I'm not able to break the following problem into overlapping sub-problem unlike other DP problems so DP solution is not intuitive to me.
https://www.geeksforgeeks.org/maximum-profit-by-buying-and-selling-a-share-at-most-k-times/
I see everywhere there is a bottom up approach to solve this. I want to solve it using top-down approach. Like any other problem I want to first come up with recursive solution then use a DP array to cache the result for overlaps. I'm not able to make it overlapping so not able to make DP intuitive. Please help me converting this to DP
Following is my recursive solution.
private int getMaxProfit(ArrayList<Integer> input, int K) {
return getMaxProfit(input, 0, 0, 0, K, K, 0);
}
private int getMaxProfit(ArrayList<Integer> input, int i, int buy, int sell, int bk, int sk, int bal) {
if (i == input.size() || (bk == 0 && sk == 0)) { // k times Buying, selling done or we reached end
return buy > sell ? 0 : sell - buy;
}
/** If Buying for k times done **/
if (bk == 0) {
int neutral = getMaxProfit(input, i + 1, buy, sell, bk, sk, bal + 1);
int maxProfitBySell = getMaxProfit(input, i + 1, buy, sell + input.get(i), bk, sk - 1, bal - 1);
return Math.max(neutral, maxProfitBySell);
}
/** If Selling for k times done **/
if (sk == 0) {
int neutral = getMaxProfit(input, i + 1, buy, sell, bk, sk, bal + 1);
int maxProfitByBuy = getMaxProfit(input, i + 1, buy + input.get(i), sell, bk - 1, sk, bal + 1);
return Math.max(neutral, maxProfitByBuy);
}
/** we need to buy one stock before we sell it **/
if (bal == 0) {
return getMaxProfit(input, i + 1, buy + input.get(i), sell, bk - 1, sk, bal + 1);
}
int maxProfitByBuy = getMaxProfit(input, i + 1, buy + input.get(i), sell, bk - 1, sk, bal + 1); // buy
int neutral = getMaxProfit(input, i + 1, buy, sell, bk, sk, bal + 1); // dont buy or sell
int maxProfitBySell = getMaxProfit(input, i + 1, buy, sell + input.get(i), bk, sk - 1, bal - 1); //sell
return Math.max(neutral, Math.max(maxProfitByBuy, maxProfitBySell));
}
To convert to a bottom-up approach, it can help be more intuitive and easy if the recursive approach is first formulated top-down (meaning the parameters called are decreasing), as well as have an unambiguous association between the parameter state and the result. Since in this problem transactions are sequential and each is composed of two parts, one way we can achieve this is by doubling K and using its current parity to indicate our state in the transactions.

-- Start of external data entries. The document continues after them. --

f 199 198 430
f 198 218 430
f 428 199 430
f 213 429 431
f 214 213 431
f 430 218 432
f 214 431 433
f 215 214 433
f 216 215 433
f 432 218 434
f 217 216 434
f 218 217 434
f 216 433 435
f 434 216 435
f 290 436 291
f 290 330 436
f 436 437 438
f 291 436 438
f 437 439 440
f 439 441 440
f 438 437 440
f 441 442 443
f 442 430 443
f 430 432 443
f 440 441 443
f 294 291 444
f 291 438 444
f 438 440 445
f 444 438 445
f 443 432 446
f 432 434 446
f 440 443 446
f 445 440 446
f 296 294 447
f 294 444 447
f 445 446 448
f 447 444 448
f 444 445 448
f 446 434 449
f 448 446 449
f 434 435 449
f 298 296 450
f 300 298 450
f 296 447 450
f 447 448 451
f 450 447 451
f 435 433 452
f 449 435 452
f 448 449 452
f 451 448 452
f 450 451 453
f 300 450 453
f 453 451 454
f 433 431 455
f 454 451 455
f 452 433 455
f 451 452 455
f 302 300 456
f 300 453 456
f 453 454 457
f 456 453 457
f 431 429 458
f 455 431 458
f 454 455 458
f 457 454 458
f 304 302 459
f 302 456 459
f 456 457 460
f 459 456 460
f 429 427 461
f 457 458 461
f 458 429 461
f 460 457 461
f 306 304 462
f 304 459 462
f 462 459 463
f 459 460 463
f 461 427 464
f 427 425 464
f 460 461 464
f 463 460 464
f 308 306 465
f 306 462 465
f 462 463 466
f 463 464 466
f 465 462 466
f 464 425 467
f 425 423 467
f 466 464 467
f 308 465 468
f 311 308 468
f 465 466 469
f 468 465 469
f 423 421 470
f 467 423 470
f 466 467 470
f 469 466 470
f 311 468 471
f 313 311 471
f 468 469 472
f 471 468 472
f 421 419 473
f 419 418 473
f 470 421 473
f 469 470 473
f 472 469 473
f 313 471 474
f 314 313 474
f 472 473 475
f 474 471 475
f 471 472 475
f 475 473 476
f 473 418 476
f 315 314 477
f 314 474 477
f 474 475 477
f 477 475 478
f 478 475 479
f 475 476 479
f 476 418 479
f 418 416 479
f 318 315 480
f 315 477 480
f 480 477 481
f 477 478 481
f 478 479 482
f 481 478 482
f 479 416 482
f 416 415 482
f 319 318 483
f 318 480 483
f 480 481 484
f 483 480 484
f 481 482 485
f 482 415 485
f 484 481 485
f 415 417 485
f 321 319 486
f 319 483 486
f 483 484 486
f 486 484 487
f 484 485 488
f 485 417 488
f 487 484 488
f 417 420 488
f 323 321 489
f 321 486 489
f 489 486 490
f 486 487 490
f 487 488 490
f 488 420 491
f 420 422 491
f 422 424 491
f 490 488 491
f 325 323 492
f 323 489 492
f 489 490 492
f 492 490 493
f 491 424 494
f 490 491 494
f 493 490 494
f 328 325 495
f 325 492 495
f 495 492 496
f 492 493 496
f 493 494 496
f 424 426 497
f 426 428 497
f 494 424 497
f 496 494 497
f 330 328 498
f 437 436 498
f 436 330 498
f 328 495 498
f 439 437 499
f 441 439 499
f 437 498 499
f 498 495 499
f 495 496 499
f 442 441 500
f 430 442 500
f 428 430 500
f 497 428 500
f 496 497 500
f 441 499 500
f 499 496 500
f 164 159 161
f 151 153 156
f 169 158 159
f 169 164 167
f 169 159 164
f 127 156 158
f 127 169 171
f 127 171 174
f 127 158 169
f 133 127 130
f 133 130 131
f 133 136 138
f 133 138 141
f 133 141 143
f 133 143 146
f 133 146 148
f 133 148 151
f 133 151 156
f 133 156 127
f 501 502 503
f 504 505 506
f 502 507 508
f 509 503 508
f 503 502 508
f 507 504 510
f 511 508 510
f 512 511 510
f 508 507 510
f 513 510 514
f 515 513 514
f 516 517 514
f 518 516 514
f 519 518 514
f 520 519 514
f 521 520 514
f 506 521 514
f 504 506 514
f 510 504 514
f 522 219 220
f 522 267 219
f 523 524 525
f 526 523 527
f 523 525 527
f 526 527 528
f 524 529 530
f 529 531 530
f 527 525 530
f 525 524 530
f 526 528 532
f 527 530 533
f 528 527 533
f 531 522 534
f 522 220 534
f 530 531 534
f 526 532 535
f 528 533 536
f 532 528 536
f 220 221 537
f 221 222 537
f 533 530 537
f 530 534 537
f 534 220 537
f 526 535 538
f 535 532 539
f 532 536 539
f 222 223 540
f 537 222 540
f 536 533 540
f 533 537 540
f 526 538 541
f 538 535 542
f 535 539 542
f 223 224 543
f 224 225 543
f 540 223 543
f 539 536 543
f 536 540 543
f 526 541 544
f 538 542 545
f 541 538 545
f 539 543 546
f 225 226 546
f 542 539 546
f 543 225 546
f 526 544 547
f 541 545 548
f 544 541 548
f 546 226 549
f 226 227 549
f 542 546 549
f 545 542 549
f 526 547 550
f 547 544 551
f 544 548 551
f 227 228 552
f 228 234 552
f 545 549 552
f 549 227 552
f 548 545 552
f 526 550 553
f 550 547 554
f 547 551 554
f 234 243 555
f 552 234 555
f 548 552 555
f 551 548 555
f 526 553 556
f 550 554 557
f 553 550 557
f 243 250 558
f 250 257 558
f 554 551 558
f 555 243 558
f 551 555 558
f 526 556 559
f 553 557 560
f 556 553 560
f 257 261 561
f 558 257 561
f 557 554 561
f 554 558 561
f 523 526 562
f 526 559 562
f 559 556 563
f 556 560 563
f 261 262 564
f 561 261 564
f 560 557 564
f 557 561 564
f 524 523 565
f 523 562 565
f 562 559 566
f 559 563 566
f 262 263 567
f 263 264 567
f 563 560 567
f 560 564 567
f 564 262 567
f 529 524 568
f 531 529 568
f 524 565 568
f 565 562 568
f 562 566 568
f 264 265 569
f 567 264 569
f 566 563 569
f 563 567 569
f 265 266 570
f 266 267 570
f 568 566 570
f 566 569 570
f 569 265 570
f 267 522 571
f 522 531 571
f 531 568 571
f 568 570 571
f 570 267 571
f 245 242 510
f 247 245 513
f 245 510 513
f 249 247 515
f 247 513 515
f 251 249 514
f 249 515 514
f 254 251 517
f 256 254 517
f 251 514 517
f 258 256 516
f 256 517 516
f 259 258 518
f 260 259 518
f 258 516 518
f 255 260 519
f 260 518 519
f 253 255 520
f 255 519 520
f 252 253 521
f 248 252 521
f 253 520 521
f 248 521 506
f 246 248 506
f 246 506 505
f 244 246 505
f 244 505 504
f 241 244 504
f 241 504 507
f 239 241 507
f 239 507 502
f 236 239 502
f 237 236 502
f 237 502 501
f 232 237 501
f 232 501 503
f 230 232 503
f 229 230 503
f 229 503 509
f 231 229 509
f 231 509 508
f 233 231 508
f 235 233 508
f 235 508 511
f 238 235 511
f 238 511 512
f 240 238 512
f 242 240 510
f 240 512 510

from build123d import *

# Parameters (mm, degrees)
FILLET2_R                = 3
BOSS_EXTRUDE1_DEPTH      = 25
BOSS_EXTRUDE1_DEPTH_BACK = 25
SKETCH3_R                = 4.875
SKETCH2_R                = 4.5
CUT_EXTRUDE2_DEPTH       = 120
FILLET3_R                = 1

Here is commented top-down in JavaScript, utilising the input examples in the Geeks-for-Geeks link shared in the question description. (Note that here "sells" are examined before their respective "buy".)

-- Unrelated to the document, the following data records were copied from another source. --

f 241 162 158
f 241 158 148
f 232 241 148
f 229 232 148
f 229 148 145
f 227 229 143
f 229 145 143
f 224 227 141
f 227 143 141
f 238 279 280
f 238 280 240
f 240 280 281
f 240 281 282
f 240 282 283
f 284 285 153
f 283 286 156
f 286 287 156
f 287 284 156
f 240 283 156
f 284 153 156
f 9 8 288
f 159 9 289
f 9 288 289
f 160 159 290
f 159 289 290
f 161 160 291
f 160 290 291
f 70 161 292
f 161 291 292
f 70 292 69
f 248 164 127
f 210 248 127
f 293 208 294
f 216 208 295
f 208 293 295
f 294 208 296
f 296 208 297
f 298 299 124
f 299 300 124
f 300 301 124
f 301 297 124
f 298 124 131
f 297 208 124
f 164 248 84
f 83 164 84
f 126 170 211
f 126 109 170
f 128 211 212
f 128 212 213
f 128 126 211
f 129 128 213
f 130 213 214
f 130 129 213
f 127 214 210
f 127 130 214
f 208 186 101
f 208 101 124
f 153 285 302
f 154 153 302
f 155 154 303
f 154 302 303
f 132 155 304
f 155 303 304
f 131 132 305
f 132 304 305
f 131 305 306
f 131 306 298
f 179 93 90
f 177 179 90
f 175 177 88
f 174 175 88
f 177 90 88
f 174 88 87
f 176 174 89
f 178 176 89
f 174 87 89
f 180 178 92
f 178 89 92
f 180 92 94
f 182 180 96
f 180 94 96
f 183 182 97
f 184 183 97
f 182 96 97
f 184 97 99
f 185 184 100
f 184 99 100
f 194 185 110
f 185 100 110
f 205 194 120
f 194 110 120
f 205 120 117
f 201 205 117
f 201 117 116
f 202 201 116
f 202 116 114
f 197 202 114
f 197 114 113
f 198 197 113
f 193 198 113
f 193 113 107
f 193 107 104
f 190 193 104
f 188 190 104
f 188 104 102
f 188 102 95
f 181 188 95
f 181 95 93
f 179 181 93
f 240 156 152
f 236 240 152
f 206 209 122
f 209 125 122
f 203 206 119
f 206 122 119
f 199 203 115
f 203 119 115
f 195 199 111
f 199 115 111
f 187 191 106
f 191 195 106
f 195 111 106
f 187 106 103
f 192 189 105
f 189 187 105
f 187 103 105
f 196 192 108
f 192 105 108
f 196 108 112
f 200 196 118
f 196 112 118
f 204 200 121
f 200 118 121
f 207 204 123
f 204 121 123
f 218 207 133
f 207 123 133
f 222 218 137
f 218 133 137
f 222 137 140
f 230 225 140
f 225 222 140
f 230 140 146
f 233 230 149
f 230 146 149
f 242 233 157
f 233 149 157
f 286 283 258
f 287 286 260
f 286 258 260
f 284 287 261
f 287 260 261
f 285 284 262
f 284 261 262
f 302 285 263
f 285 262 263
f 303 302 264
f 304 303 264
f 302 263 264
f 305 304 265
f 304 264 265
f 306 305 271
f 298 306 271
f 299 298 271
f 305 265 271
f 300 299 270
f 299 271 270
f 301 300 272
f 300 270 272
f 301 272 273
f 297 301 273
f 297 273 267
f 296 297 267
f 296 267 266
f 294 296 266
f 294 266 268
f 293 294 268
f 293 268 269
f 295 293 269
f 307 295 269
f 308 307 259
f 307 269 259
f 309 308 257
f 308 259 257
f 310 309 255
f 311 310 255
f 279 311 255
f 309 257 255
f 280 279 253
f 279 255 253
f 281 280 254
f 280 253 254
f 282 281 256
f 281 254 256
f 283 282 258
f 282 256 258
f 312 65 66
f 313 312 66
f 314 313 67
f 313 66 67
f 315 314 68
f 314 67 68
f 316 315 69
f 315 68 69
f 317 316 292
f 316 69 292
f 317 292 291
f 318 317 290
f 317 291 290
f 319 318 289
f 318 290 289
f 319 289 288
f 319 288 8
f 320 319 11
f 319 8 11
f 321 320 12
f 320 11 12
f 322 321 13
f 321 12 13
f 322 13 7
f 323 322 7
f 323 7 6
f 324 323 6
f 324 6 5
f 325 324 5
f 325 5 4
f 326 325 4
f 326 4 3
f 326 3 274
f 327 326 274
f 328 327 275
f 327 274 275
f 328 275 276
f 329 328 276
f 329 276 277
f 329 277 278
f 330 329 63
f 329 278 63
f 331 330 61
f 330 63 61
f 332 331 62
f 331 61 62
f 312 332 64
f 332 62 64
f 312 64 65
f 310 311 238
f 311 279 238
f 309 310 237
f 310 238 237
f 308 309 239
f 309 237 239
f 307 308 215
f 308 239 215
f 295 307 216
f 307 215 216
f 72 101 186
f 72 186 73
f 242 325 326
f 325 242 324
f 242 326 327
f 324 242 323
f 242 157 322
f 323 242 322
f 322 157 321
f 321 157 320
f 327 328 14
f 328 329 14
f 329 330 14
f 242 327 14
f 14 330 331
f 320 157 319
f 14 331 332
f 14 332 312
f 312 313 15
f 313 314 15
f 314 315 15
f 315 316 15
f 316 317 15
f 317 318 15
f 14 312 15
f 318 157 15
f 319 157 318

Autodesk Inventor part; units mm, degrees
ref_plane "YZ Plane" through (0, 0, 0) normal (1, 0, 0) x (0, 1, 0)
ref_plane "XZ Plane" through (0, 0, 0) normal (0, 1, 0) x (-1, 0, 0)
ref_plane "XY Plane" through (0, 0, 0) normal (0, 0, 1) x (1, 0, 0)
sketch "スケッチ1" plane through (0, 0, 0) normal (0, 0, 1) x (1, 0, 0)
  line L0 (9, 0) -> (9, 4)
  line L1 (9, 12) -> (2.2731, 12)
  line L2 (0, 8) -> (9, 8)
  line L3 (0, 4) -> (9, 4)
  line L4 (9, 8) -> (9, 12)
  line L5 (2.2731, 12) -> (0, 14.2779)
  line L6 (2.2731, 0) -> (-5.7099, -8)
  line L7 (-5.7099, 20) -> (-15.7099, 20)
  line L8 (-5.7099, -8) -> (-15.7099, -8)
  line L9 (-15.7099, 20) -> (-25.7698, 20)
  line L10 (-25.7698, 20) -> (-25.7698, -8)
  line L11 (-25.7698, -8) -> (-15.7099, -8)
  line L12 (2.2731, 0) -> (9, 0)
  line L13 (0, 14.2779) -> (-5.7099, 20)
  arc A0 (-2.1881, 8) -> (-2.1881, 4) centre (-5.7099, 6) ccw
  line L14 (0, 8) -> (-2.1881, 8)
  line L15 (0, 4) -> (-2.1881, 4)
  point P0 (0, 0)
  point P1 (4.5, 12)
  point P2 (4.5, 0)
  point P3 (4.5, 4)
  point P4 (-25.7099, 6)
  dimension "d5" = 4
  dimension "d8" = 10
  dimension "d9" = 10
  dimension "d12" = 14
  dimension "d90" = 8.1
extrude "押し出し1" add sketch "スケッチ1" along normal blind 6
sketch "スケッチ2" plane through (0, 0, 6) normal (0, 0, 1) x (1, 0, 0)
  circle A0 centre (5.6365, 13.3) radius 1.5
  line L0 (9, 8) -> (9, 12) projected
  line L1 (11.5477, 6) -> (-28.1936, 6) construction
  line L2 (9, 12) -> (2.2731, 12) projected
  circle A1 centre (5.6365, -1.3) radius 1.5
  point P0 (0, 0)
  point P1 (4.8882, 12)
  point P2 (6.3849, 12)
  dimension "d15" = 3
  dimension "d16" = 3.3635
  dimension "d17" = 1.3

// Odd k means the (k/2)th buy was completed
function f(A, k, i=A.length-1){
// All transactions were done
if (k == 0)
return 0
// We're at the start of the price list
// so if we are in the middle of a transaction,
// force the associated "buy"
if (i == 0)
return k & 1 ? -A[0] : 0
// Current k is odd so we have completed a "sell" -
// choose to record the associated "buy" or skip
if (k & 1){
return Math.max(
-A[i] + f(A, k - 1, i - 1), // buy
f(A, k, i - 1) // skip
)
// Current k is even so we have completed a "buy" or
// are "at rest" - choose to record a new "sell" or skip
} else {
return Math.max(
A[i] + f(A, k - 1, i - 1), // sell
f(A, k, i - 1) // skip
)
}
}
var inputs = [
[[10, 22, 5, 75, 65, 80], 2], // 87
[[12, 14, 17, 10, 14, 13, 12, 15], 3], // 12
[[100, 30, 15, 10, 8, 25, 80], 3], // 72
[[90, 80, 70, 60, 50], 1] // 0
]
for (let [A, K] of inputs){
console.log(`A: ${A}, K: ${K}`)
console.log(f(A, 2*K)) // call with doubled K
}Now here's the conversion to bottom-up, which is almost identical (O(n2k) = O(nk)):
// Bottom-up
function f(A, k){
let M = new Array(A.length)
for (let i=0; i<A.length; i++)
M[i] = new Array(2*k + 1).fill(0)
// Base case - force buy
for (let j=1; j<=2*k; j+=2)
M[0][j] = -A[0]
for (let i=1; i<A.length; i++){
for (let j=1; j<=2*k; j++){
if (j & 1){
M[i][j] = Math.max(
-A[i] + M[i-1][j-1], // buy
M[i - 1][j]
)
} else {
M[i][j] = Math.max(
A[i] + M[i-1][j-1], // sell
M[i-1][j]
)
}
}
}
return M[A.length-1][2*k]
}
var inputs = [
[[10, 22, 5, 75, 65, 80], 2], // 87
[[12, 14, 17, 10, 14, 13, 12, 15], 3], // 12
[[100, 30, 15, 10, 8, 25, 80], 3], // 72
[[90, 80, 70, 60, 50], 1] // 0
]
for (let [A, K] of inputs){
console.log(`A: ${A}, K: ${K}`)
console.log(f(A, K))
}